▶ [Input]:
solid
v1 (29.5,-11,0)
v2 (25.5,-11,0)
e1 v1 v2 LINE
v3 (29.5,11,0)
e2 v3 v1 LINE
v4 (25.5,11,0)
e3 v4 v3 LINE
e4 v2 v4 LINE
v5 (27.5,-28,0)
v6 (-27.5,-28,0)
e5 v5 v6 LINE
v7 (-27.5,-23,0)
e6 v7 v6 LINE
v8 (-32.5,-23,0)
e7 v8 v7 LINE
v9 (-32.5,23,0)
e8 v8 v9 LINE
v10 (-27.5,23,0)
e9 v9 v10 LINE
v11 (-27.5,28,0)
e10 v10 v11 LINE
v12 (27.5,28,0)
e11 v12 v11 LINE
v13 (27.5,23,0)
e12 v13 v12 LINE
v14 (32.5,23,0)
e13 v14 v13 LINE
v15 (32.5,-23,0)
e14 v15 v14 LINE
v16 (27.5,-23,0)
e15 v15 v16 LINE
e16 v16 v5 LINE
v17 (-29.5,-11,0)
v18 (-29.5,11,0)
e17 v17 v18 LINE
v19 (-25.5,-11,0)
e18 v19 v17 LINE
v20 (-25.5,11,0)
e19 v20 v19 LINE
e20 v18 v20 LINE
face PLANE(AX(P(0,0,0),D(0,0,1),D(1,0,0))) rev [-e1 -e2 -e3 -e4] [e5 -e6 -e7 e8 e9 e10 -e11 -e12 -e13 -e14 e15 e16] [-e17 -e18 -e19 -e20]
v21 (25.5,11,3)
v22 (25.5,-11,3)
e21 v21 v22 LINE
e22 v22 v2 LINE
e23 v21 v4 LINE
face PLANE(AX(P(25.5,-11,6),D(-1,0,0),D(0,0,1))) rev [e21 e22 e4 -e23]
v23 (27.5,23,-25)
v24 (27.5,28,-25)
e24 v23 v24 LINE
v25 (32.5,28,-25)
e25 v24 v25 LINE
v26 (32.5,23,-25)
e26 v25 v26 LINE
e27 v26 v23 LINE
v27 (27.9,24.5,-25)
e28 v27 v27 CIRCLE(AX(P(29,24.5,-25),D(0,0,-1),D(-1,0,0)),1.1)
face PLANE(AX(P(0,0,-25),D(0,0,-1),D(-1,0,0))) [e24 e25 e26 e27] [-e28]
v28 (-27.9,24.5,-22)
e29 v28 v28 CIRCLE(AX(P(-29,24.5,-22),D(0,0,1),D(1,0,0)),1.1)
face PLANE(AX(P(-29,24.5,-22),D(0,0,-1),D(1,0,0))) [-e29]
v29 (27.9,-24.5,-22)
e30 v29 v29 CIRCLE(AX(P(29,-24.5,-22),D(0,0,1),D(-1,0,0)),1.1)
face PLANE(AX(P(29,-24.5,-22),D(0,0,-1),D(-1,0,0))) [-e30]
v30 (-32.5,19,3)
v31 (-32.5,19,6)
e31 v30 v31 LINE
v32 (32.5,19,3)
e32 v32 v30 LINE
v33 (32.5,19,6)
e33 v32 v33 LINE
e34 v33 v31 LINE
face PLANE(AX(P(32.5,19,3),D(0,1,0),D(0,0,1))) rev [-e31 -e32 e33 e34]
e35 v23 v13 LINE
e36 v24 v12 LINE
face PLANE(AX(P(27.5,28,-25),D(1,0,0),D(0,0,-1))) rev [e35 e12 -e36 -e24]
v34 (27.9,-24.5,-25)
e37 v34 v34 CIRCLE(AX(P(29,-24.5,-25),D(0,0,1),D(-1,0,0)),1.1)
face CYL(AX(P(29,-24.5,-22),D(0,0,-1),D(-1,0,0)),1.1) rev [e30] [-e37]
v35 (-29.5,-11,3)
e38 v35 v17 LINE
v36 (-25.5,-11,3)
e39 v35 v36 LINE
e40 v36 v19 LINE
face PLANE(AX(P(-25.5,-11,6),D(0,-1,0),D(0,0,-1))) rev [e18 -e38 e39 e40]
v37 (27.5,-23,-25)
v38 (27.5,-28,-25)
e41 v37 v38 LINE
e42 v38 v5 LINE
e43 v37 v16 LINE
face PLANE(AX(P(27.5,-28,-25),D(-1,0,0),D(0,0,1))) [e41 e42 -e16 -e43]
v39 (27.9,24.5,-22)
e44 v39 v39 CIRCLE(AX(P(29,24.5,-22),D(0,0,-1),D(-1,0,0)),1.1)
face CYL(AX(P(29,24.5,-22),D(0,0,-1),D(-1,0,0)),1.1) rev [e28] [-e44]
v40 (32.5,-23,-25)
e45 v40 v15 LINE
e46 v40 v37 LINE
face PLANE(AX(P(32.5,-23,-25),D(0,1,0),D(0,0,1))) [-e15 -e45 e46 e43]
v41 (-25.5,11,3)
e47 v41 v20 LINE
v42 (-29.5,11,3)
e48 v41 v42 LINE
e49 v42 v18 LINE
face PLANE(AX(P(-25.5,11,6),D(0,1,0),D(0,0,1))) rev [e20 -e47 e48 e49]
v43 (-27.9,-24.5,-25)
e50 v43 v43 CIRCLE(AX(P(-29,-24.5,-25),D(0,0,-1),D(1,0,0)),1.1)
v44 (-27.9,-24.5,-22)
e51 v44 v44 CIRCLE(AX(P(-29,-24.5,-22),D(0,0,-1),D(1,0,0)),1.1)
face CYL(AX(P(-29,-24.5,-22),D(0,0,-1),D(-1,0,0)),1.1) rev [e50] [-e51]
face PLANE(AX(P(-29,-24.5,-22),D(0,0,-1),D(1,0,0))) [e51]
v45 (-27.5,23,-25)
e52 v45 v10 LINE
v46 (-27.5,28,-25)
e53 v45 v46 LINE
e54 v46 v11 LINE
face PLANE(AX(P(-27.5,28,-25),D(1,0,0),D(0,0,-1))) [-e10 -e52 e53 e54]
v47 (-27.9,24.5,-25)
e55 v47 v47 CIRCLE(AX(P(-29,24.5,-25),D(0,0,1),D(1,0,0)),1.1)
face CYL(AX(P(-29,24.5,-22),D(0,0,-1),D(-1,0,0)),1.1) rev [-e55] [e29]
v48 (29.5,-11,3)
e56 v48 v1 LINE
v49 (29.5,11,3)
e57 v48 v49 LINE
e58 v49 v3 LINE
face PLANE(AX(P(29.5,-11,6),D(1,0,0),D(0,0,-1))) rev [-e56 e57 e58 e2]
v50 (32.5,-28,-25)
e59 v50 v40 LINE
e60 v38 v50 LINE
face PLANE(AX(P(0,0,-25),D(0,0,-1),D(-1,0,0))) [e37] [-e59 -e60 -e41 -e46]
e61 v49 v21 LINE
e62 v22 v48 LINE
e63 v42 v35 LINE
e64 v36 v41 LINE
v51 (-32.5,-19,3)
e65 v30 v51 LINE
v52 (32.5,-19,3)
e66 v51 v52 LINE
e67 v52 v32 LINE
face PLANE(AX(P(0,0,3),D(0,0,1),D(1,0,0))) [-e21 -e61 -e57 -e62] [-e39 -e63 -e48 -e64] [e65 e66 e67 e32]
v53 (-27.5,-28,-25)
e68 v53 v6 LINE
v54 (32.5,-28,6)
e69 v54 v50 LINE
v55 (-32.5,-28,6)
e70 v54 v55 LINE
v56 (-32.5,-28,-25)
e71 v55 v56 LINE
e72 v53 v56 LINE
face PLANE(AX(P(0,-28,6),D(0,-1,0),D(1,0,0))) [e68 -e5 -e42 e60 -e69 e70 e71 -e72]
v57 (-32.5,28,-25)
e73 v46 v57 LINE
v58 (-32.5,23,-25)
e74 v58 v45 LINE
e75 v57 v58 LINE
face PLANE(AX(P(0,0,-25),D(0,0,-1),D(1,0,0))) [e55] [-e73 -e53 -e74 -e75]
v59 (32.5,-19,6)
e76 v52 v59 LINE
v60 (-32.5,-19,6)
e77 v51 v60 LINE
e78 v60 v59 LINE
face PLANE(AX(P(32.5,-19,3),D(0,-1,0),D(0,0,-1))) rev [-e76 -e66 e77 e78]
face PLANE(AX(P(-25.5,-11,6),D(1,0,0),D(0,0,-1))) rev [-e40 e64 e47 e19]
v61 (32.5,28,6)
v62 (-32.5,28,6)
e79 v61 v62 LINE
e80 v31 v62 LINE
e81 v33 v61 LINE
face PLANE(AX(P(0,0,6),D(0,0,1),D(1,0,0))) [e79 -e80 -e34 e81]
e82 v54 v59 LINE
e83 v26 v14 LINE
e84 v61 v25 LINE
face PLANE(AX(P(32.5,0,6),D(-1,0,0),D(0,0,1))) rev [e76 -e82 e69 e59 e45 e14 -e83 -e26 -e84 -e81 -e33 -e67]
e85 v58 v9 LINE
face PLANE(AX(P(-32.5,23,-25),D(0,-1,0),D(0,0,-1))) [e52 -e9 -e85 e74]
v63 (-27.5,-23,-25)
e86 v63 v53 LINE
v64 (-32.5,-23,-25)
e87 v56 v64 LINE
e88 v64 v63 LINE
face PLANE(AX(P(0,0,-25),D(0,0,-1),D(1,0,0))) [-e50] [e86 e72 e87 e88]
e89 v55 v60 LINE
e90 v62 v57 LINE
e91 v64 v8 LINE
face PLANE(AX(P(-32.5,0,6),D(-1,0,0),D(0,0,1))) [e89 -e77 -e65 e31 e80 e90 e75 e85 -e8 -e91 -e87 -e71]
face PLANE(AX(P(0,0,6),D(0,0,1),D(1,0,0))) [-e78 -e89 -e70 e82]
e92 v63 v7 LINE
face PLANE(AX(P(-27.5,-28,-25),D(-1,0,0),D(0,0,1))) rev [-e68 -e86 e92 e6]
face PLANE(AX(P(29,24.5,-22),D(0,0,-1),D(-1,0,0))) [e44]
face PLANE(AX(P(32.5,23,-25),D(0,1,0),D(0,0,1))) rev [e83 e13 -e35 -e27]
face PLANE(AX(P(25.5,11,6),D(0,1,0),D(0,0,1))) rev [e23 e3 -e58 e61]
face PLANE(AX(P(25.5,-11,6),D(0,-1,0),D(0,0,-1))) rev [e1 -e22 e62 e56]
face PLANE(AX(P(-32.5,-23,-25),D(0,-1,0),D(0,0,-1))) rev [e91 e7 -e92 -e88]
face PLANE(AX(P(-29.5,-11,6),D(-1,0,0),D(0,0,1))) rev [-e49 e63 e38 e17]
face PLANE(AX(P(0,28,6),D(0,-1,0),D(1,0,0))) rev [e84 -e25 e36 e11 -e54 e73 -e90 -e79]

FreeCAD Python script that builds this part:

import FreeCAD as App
import Part
import Sketcher

doc = App.newDocument("Part")
body = doc.addObject("PartDesign::Body", "Body")

# Sketch on XY plane
sketch1 = body.newObject("Sketcher::SketchObject", "Sketch")
sketch1.AttachmentSupport = (doc.getObject("XY_Plane"), [""])
sketch1.MapMode = "FlatFace"
sketch1.addGeometry([
    Part.LineSegment(App.Vector(-32, 28, 0), App.Vector(-32, -28, 0)),
    Part.LineSegment(App.Vector(-32, -28, 0), App.Vector(32, -28, 0)),
    Part.LineSegment(App.Vector(32, -28, 0), App.Vector(32, 28, 0)),
    Part.LineSegment(App.Vector(32, 28, 0), App.Vector(-32, 28, 0)),
], False)
sketch1.addConstraint([
    Sketcher.Constraint("Coincident", 0, 2, 1, 1),
    Sketcher.Constraint("Coincident", 1, 2, 2, 1),
    Sketcher.Constraint("Coincident", 2, 2, 3, 1),
    Sketcher.Constraint("Coincident", 3, 2, 0, 1),
    Sketcher.Constraint("Vertical", 0),
    Sketcher.Constraint("Horizontal", 1),
    Sketcher.Constraint("Vertical", 2),
    Sketcher.Constraint("Horizontal", 3),
    Sketcher.Constraint("Symmetric", 0, 2, 2, 2, -1, 1),
    Sketcher.Constraint("DistanceX", 1, 1, 1, 2, 65.0),
    Sketcher.Constraint("DistanceY", 0, 2, 0, 1, 56.0),
])
pad1 = body.newObject("PartDesign::Pad", "Pad")
pad1.Profile = sketch1
pad1.Length = 6

# Sketch on XY plane
sketch2 = body.newObject("Sketcher::SketchObject", "Sketch001")
sketch2.AttachmentSupport = (doc.getObject("XY_Plane"), [""])
sketch2.MapMode = "FlatFace"
sketch2.AttachmentOffset = App.Placement(App.Vector(0, 0, 6), App.Rotation())
sketch2.addGeometry([
    Part.LineSegment(App.Vector(-32, 19, 0), App.Vector(-32, -19, 0)),
    Part.LineSegment(App.Vector(-32, -19, 0), App.Vector(32, -19, 0)),
    Part.LineSegment(App.Vector(32, -19, 0), App.Vector(32, 19, 0)),
    Part.LineSegment(App.Vector(32, 19, 0), App.Vector(-32, 19, 0)),
], False)
sketch2.addConstraint([
    Sketcher.Constraint("Coincident", 0, 2, 1, 1),
    Sketcher.Constraint("Coincident", 1, 2, 2, 1),
    Sketcher.Constraint("Coincident", 2, 2, 3, 1),
    Sketcher.Constraint("Coincident", 3, 2, 0, 1),
    Sketcher.Constraint("Vertical", 0),
    Sketcher.Constraint("Horizontal", 1),
    Sketcher.Constraint("Vertical", 2),
    Sketcher.Constraint("Horizontal", 3),
    Sketcher.Constraint("Symmetric", 0, 2, 2, 2, -1, 1),
    Sketcher.Constraint("DistanceX", 1, 1, 1, 2, 65.0),
    Sketcher.Constraint("DistanceY", 0, 2, 0, 1, 38.0),
])
pocket1 = body.newObject("PartDesign::Pocket", "Pocket")
pocket1.Profile = sketch2
pocket1.Length = 3

# Sketch on XY plane
sketch3 = body.newObject("Sketcher::SketchObject", "Sketch002")
sketch3.AttachmentSupport = (doc.getObject("XY_Plane"), [""])
sketch3.MapMode = "FlatFace"
sketch3.addGeometry([
    Part.LineSegment(App.Vector(32, 28, 0), App.Vector(32, 23, 0)),
    Part.LineSegment(App.Vector(32, 23, 0), App.Vector(28, 23, 0)),
    Part.LineSegment(App.Vector(28, 23, 0), App.Vector(28, 28, 0)),
    Part.LineSegment(App.Vector(28, 28, 0), App.Vector(32, 28, 0)),
], False)
sketch3.addConstraint([
    Sketcher.Constraint("Coincident", 0, 2, 1, 1),
    Sketcher.Constraint("Coincident", 1, 2, 2, 1),
    Sketcher.Constraint("Coincident", 2, 2, 3, 1),
    Sketcher.Constraint("Coincident", 3, 2, 0, 1),
    Sketcher.Constraint("Vertical", 0),
    Sketcher.Constraint("Horizontal", 1),
    Sketcher.Constraint("Vertical", 2),
    Sketcher.Constraint("Horizontal", 3),
    Sketcher.Constraint("Equal", 3, 0),
    Sketcher.Constraint("DistanceX", 1, 2, 1, 1, 5.0),
    Sketcher.Constraint("DistanceY", -1, 1, 0, 2, 23.0),
    Sketcher.Constraint("DistanceX", -1, 1, 0, 2, 32.5),
])
pad2 = body.newObject("PartDesign::Pad", "Pad001")
pad2.Profile = sketch3
pad2.Length = 25
pad2.Reversed = True

# Sketch on XY plane
sketch4 = body.newObject("Sketcher::SketchObject", "Sketch003")
sketch4.AttachmentSupport = (doc.getObject("XY_Plane"), [""])
sketch4.MapMode = "FlatFace"
sketch4.AttachmentOffset = App.Placement(App.Vector(0, 0, -25), App.Rotation())
sketch4.addGeometry(Part.Circle(App.Vector(29, 24.5, 0), App.Vector(0, 0, 1), 1.1), False)
sketch4.addConstraint([
    Sketcher.Constraint("Diameter", 0, 2.2),
    Sketcher.Constraint("DistanceX", -1, 1, 0, 3, 29.0),
    Sketcher.Constraint("DistanceY", -1, 1, 0, 3, 24.5),
])
pocket2 = body.newObject("PartDesign::Pocket", "Pocket001")
pocket2.Profile = sketch4
pocket2.Length = 3
pocket2.Reversed = True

▶ [Exercise]: From the line containing "v11 (-27.5,28,0)" down to the line containing "face PLANE(AX(P(25.5,-11,6),D(-1,0,0),D(0,0,1))) rev" in the material above, reproduce every line exactly, including the two end lines.

▶ [Written response]:
v11 (-27.5,28,0)
e10 v10 v11 LINE
v12 (27.5,28,0)
e11 v12 v11 LINE
v13 (27.5,23,0)
e12 v13 v12 LINE
v14 (32.5,23,0)
e13 v14 v13 LINE
v15 (32.5,-23,0)
e14 v15 v14 LINE
v16 (27.5,-23,0)
e15 v15 v16 LINE
e16 v16 v5 LINE
v17 (-29.5,-11,0)
v18 (-29.5,11,0)
e17 v17 v18 LINE
v19 (-25.5,-11,0)
e18 v19 v17 LINE
v20 (-25.5,11,0)
e19 v20 v19 LINE
e20 v18 v20 LINE
face PLANE(AX(P(0,0,0),D(0,0,1),D(1,0,0))) rev [-e1 -e2 -e3 -e4] [e5 -e6 -e7 e8 e9 e10 -e11 -e12 -e13 -e14 e15 e16] [-e17 -e18 -e19 -e20]
v21 (25.5,11,3)
v22 (25.5,-11,3)
e21 v21 v22 LINE
e22 v22 v2 LINE
e23 v21 v4 LINE
face PLANE(AX(P(25.5,-11,6),D(-1,0,0),D(0,0,1))) rev [e21 e22 e4 -e23]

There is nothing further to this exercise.